Please give back only the lines below from the one containing "f 167 18 144" to the one containing "f 182 87 89", each repeated word for word, both ends included.
━━━━━━━━━━━━━━━━
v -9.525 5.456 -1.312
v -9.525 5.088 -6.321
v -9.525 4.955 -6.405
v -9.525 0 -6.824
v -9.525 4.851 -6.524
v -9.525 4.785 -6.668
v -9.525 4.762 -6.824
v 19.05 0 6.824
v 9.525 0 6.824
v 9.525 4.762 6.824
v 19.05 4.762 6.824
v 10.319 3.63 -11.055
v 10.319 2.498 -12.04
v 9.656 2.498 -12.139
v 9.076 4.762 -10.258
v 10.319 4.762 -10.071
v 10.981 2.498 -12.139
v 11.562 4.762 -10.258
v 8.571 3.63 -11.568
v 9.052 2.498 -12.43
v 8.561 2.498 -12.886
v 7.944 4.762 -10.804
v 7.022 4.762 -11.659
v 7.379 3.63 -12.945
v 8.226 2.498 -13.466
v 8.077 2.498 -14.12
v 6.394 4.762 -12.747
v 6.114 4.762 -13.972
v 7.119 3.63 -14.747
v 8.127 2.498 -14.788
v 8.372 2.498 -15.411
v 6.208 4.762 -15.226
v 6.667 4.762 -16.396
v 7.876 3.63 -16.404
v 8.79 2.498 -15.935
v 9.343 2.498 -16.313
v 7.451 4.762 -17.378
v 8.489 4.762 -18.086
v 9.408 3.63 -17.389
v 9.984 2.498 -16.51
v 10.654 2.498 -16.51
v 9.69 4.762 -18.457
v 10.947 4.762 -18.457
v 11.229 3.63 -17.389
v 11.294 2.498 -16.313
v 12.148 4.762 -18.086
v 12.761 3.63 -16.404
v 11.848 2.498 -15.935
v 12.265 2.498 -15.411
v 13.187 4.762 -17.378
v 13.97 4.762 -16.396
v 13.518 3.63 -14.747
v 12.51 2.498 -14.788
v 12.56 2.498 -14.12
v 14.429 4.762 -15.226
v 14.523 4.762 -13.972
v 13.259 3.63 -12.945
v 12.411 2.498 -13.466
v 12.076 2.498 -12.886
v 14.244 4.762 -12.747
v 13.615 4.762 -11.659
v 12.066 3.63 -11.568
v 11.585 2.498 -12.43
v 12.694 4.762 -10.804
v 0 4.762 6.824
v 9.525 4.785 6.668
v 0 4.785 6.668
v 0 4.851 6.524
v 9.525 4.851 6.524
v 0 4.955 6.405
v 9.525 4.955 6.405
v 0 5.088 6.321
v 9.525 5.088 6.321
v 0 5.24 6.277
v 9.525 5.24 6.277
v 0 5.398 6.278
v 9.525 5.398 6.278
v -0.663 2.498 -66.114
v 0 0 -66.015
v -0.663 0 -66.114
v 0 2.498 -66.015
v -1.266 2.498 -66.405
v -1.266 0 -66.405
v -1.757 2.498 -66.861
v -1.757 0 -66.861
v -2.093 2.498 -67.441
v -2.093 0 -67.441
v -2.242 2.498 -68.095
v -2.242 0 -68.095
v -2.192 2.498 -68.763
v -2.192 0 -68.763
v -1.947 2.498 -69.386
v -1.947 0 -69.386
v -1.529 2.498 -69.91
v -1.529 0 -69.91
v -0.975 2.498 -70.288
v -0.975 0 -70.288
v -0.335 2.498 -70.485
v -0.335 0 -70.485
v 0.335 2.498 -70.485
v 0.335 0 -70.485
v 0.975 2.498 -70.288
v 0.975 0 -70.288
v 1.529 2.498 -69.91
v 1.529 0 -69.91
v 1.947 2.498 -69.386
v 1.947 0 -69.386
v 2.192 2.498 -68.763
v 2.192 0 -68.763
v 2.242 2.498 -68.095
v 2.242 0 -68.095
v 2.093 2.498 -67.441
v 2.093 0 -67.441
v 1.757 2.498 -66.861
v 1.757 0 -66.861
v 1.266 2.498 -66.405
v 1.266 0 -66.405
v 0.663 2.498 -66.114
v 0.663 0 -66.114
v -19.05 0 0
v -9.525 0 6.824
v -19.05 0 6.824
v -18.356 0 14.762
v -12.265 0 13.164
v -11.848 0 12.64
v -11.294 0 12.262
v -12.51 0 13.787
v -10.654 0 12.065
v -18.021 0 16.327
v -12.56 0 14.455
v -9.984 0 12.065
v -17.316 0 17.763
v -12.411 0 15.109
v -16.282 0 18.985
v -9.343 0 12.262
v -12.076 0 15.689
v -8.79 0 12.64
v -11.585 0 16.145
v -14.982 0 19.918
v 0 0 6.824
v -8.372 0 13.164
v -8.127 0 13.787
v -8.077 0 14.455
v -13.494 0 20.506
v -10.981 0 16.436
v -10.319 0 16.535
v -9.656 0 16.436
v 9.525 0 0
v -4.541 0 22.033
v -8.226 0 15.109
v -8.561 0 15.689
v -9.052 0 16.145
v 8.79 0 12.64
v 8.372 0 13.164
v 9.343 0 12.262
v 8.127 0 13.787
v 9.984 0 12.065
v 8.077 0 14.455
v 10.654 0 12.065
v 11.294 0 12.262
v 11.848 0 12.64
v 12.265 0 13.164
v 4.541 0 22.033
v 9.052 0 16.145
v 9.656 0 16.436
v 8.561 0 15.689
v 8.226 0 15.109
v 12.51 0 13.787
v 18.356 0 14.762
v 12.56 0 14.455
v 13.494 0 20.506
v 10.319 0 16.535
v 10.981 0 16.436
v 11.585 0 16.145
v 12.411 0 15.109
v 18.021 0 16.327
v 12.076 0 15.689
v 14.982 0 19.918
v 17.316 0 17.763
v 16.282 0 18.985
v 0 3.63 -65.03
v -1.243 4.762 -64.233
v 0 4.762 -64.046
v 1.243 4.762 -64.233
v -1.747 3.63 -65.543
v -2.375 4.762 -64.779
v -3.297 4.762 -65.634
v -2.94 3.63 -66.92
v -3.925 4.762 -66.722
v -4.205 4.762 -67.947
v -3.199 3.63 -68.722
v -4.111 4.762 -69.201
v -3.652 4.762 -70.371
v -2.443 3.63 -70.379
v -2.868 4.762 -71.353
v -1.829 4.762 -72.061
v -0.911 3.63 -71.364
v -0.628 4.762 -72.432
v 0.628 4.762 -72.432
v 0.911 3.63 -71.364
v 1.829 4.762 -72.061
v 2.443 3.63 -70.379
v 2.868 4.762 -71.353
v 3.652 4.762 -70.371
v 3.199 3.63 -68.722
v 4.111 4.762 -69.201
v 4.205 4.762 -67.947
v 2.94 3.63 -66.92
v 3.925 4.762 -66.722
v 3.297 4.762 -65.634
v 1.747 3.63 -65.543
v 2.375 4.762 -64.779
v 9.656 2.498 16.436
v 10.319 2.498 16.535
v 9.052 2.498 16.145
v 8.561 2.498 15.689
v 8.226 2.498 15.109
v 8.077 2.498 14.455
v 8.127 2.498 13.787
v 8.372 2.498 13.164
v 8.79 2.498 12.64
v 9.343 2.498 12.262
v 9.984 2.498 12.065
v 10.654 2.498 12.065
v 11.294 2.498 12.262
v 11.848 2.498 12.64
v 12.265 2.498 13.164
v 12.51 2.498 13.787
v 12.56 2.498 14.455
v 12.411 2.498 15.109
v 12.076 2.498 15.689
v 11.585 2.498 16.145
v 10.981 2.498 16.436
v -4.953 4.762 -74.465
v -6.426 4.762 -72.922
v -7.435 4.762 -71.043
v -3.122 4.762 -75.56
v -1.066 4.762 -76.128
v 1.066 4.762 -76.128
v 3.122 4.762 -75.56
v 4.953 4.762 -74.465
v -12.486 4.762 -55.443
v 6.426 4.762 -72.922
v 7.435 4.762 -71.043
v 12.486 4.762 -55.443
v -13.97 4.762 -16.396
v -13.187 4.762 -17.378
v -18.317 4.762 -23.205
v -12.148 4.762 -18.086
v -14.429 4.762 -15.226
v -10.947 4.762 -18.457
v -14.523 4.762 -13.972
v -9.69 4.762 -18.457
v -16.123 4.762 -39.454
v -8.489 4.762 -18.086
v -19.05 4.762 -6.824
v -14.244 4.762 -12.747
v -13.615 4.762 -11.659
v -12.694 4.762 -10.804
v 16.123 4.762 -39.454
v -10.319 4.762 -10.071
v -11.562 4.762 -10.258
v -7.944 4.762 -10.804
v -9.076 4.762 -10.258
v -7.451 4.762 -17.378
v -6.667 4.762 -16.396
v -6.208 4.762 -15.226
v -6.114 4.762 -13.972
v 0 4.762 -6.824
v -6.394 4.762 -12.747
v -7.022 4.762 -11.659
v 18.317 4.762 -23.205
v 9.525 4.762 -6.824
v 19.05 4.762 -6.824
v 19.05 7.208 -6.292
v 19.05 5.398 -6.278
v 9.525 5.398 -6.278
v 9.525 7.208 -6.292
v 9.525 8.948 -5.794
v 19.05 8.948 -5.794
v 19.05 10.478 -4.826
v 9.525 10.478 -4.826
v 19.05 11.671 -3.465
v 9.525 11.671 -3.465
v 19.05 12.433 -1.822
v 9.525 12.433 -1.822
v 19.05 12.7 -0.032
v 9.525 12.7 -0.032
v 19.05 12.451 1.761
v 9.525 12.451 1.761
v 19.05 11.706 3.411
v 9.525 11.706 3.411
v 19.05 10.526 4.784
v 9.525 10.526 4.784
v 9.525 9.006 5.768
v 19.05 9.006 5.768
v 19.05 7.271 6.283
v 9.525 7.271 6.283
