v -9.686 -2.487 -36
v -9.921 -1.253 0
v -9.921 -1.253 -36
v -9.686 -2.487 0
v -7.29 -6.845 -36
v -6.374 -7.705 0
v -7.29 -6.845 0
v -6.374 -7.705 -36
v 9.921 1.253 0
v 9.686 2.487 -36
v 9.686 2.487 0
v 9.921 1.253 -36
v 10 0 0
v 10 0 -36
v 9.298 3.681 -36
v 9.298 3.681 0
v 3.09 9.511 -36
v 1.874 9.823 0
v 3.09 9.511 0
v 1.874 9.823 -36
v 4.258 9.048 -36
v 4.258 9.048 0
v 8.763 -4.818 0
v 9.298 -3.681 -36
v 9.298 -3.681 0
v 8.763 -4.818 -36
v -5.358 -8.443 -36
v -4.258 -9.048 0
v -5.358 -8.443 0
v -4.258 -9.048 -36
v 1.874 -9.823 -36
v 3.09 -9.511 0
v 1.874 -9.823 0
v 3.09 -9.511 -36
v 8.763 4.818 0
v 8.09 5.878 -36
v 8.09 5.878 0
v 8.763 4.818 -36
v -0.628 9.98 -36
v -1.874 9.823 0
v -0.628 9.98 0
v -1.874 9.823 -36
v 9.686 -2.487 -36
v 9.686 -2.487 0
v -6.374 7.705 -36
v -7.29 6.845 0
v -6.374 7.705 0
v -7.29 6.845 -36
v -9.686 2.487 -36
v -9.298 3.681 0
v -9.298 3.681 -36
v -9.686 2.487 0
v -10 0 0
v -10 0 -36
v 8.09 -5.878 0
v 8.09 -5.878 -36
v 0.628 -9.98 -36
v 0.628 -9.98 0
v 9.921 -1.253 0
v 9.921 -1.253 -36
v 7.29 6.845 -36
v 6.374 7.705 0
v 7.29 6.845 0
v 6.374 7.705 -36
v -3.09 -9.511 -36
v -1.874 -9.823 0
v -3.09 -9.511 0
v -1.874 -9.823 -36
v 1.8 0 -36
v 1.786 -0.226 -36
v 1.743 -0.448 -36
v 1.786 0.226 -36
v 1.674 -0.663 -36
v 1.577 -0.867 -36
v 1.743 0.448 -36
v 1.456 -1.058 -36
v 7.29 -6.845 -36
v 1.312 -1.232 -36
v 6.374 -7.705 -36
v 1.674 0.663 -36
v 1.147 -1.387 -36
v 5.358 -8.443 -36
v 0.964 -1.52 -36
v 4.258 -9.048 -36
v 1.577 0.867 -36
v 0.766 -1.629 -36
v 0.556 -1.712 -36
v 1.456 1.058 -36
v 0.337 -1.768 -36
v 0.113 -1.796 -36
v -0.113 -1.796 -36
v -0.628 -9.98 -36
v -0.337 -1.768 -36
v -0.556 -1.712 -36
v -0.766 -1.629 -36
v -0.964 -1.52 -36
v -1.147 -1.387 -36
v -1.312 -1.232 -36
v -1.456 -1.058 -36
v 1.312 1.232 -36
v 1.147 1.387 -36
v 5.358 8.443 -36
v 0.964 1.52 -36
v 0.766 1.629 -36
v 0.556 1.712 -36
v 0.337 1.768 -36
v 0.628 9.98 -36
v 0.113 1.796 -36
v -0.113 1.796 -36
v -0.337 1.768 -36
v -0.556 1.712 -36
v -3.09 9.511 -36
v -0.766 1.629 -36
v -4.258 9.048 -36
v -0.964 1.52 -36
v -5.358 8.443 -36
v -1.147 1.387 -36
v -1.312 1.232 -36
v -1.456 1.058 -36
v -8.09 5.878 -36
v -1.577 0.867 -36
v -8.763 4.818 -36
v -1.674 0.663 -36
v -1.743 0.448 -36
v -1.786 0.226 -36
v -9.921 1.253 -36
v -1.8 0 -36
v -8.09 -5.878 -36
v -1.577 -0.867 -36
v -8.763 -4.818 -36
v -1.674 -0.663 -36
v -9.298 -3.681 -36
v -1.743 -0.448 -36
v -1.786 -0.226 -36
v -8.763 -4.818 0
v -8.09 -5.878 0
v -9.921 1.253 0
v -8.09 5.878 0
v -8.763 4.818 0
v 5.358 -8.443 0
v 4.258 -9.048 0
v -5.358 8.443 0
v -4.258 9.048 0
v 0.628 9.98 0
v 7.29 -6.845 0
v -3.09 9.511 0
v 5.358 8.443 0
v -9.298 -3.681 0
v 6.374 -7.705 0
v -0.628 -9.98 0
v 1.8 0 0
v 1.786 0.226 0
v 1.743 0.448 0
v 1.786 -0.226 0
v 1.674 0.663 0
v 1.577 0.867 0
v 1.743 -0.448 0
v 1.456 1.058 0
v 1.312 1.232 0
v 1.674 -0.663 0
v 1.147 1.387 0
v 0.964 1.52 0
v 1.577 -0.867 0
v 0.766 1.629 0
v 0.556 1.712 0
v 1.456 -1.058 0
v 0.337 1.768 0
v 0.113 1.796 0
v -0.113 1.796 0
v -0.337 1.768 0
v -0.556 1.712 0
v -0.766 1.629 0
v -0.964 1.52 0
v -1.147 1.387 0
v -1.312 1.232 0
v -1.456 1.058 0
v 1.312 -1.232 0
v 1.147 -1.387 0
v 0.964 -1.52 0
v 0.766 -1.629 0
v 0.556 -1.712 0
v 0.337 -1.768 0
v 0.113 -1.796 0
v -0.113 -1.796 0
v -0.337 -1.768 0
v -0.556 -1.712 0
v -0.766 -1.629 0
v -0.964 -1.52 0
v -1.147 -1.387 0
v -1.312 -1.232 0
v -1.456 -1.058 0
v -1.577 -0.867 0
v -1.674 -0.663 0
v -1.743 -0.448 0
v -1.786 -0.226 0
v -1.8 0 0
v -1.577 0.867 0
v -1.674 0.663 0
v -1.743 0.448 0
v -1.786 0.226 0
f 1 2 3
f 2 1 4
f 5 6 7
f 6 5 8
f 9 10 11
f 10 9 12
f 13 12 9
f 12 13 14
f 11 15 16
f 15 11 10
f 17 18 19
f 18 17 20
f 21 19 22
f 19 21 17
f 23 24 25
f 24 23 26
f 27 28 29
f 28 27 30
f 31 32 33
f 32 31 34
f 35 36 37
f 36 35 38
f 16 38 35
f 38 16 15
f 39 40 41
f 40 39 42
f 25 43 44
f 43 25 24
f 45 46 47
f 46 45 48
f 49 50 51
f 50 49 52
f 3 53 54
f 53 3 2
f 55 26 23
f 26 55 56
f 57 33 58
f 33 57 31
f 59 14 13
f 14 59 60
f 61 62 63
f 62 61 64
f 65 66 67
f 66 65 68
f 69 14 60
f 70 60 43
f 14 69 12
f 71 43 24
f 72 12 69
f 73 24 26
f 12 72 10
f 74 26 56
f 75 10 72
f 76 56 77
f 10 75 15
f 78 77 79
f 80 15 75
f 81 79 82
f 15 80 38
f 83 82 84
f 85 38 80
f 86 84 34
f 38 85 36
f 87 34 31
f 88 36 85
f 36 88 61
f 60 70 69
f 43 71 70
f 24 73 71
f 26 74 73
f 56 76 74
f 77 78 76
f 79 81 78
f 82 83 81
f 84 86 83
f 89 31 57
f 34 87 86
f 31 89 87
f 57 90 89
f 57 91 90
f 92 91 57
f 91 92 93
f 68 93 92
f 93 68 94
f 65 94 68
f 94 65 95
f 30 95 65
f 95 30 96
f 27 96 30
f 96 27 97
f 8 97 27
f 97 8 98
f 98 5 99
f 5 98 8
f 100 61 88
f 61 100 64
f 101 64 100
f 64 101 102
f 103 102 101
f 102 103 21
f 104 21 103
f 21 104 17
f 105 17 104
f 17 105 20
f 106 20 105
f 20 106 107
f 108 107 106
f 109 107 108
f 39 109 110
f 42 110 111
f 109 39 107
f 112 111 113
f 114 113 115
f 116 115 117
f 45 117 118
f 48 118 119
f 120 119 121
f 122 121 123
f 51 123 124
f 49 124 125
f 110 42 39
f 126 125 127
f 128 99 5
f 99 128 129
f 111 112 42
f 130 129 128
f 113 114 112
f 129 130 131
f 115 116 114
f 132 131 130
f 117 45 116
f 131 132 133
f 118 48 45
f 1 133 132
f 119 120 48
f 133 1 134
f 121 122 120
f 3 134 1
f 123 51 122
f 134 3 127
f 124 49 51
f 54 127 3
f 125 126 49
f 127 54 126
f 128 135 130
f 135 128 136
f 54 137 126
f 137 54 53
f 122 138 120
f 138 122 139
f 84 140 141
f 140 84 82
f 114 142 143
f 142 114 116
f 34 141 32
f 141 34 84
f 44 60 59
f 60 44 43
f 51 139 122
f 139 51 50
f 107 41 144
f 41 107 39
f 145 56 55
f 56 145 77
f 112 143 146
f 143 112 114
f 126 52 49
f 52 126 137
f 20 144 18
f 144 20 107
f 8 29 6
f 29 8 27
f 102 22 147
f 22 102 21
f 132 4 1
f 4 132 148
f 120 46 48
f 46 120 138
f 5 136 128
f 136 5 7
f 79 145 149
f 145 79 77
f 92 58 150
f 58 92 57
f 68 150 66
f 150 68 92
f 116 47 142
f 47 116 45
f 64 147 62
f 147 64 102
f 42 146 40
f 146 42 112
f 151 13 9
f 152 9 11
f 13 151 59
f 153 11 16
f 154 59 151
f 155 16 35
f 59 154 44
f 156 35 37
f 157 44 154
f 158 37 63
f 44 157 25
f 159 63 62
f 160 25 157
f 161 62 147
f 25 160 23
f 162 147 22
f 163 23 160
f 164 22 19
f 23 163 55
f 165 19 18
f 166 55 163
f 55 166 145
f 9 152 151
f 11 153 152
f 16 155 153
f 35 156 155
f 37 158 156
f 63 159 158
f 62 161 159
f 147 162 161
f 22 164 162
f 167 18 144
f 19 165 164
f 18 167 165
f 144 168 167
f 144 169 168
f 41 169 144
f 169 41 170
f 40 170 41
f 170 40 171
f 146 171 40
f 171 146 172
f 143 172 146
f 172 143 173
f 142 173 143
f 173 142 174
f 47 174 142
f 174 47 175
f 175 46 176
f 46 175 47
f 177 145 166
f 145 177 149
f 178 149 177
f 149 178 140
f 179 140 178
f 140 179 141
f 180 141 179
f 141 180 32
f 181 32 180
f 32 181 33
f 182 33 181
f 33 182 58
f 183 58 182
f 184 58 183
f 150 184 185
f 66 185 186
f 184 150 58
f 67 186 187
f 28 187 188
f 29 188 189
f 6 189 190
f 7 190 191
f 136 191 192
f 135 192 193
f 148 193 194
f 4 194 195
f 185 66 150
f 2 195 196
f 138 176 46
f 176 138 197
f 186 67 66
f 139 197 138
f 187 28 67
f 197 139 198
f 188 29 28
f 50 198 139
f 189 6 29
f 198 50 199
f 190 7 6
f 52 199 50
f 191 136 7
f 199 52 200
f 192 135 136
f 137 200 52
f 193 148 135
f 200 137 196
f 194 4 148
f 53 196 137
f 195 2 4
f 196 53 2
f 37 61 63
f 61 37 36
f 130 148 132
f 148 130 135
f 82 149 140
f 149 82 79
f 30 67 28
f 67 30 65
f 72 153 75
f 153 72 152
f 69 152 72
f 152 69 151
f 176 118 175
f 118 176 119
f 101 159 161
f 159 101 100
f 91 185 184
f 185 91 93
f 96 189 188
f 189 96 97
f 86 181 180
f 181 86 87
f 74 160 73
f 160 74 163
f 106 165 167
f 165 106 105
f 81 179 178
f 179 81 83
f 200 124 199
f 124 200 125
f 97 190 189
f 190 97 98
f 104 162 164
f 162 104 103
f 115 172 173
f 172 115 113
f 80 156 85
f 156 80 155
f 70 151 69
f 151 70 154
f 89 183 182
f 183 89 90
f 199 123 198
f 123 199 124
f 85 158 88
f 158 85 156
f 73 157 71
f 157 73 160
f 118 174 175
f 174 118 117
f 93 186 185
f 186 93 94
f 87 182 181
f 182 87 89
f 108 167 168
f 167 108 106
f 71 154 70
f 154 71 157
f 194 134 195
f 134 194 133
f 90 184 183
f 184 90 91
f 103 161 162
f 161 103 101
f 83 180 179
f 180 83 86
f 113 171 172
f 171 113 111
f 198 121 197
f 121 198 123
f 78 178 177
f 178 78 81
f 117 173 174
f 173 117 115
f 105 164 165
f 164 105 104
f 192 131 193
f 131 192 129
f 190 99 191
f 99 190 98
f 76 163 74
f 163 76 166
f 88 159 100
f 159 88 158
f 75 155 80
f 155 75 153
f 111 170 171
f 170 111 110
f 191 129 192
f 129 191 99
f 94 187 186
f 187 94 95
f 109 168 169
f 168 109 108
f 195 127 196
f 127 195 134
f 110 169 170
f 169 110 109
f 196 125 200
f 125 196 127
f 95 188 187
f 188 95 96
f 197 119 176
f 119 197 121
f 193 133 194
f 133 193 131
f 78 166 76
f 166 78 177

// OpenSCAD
$fn = 50;


difference() {
	union() {
		translate(v = [0, 0, -36.0000000000]) {
			cylinder(h = 36, r = 10.0000000000);
		}
	}
	union() {
		#translate(v = [0, 0, -36]) {
			cylinder(h = 36, r = 1.8000000000);
		}
	}
}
━━━━━━━━━━━━━━━━
* [Written response]
f 167 18 144
f 19 165 164
f 18 167 165
f 144 168 167
f 144 169 168
f 41 169 144
f 169 41 170
f 40 170 41
f 170 40 171
f 146 171 40
f 171 146 172
f 143 172 146
f 172 143 173
f 142 173 143
f 173 142 174
f 47 174 142
f 174 47 175
f 175 46 176
f 46 175 47
f 177 145 166
f 145 177 149
f 178 149 177
f 149 178 140
f 179 140 178
f 140 179 141
f 180 141 179
f 141 180 32
f 181 32 180
f 32 181 33
f 182 33 181
f 33 182 58
f 183 58 182
f 184 58 183
f 150 184 185
f 66 185 186
f 184 150 58
f 67 186 187
f 28 187 188
f 29 188 189
f 6 189 190
f 7 190 191
f 136 191 192
f 135 192 193
f 148 193 194
f 4 194 195
f 185 66 150
f 2 195 196
f 138 176 46
f 176 138 197
f 186 67 66
f 139 197 138
f 187 28 67
f 197 139 198
f 188 29 28
f 50 198 139
f 189 6 29
f 198 50 199
f 190 7 6
f 52 199 50
f 191 136 7
f 199 52 200
f 192 135 136
f 137 200 52
f 193 148 135
f 200 137 196
f 194 4 148
f 53 196 137
f 195 2 4
f 196 53 2
f 37 61 63
f 61 37 36
f 130 148 132
f 148 130 135
f 82 149 140
f 149 82 79
f 30 67 28
f 67 30 65
f 72 153 75
f 153 72 152
f 69 152 72
f 152 69 151
f 176 118 175
f 118 176 119
f 101 159 161
f 159 101 100
f 91 185 184
f 185 91 93
f 96 189 188
f 189 96 97
f 86 181 180
f 181 86 87
f 74 160 73
f 160 74 163
f 106 165 167
f 165 106 105
f 81 179 178
f 179 81 83
f 200 124 199
f 124 200 125
f 97 190 189
f 190 97 98
f 104 162 164
f 162 104 103
f 115 172 173
f 172 115 113
f 80 156 85
f 156 80 155
f 70 151 69
f 151 70 154
f 89 183 182
f 183 89 90
f 199 123 198
f 123 199 124
f 85 158 88
f 158 85 156
f 73 157 71
f 157 73 160
f 118 174 175
f 174 118 117
f 93 186 185
f 186 93 94
f 87 182 181
f 182 87 89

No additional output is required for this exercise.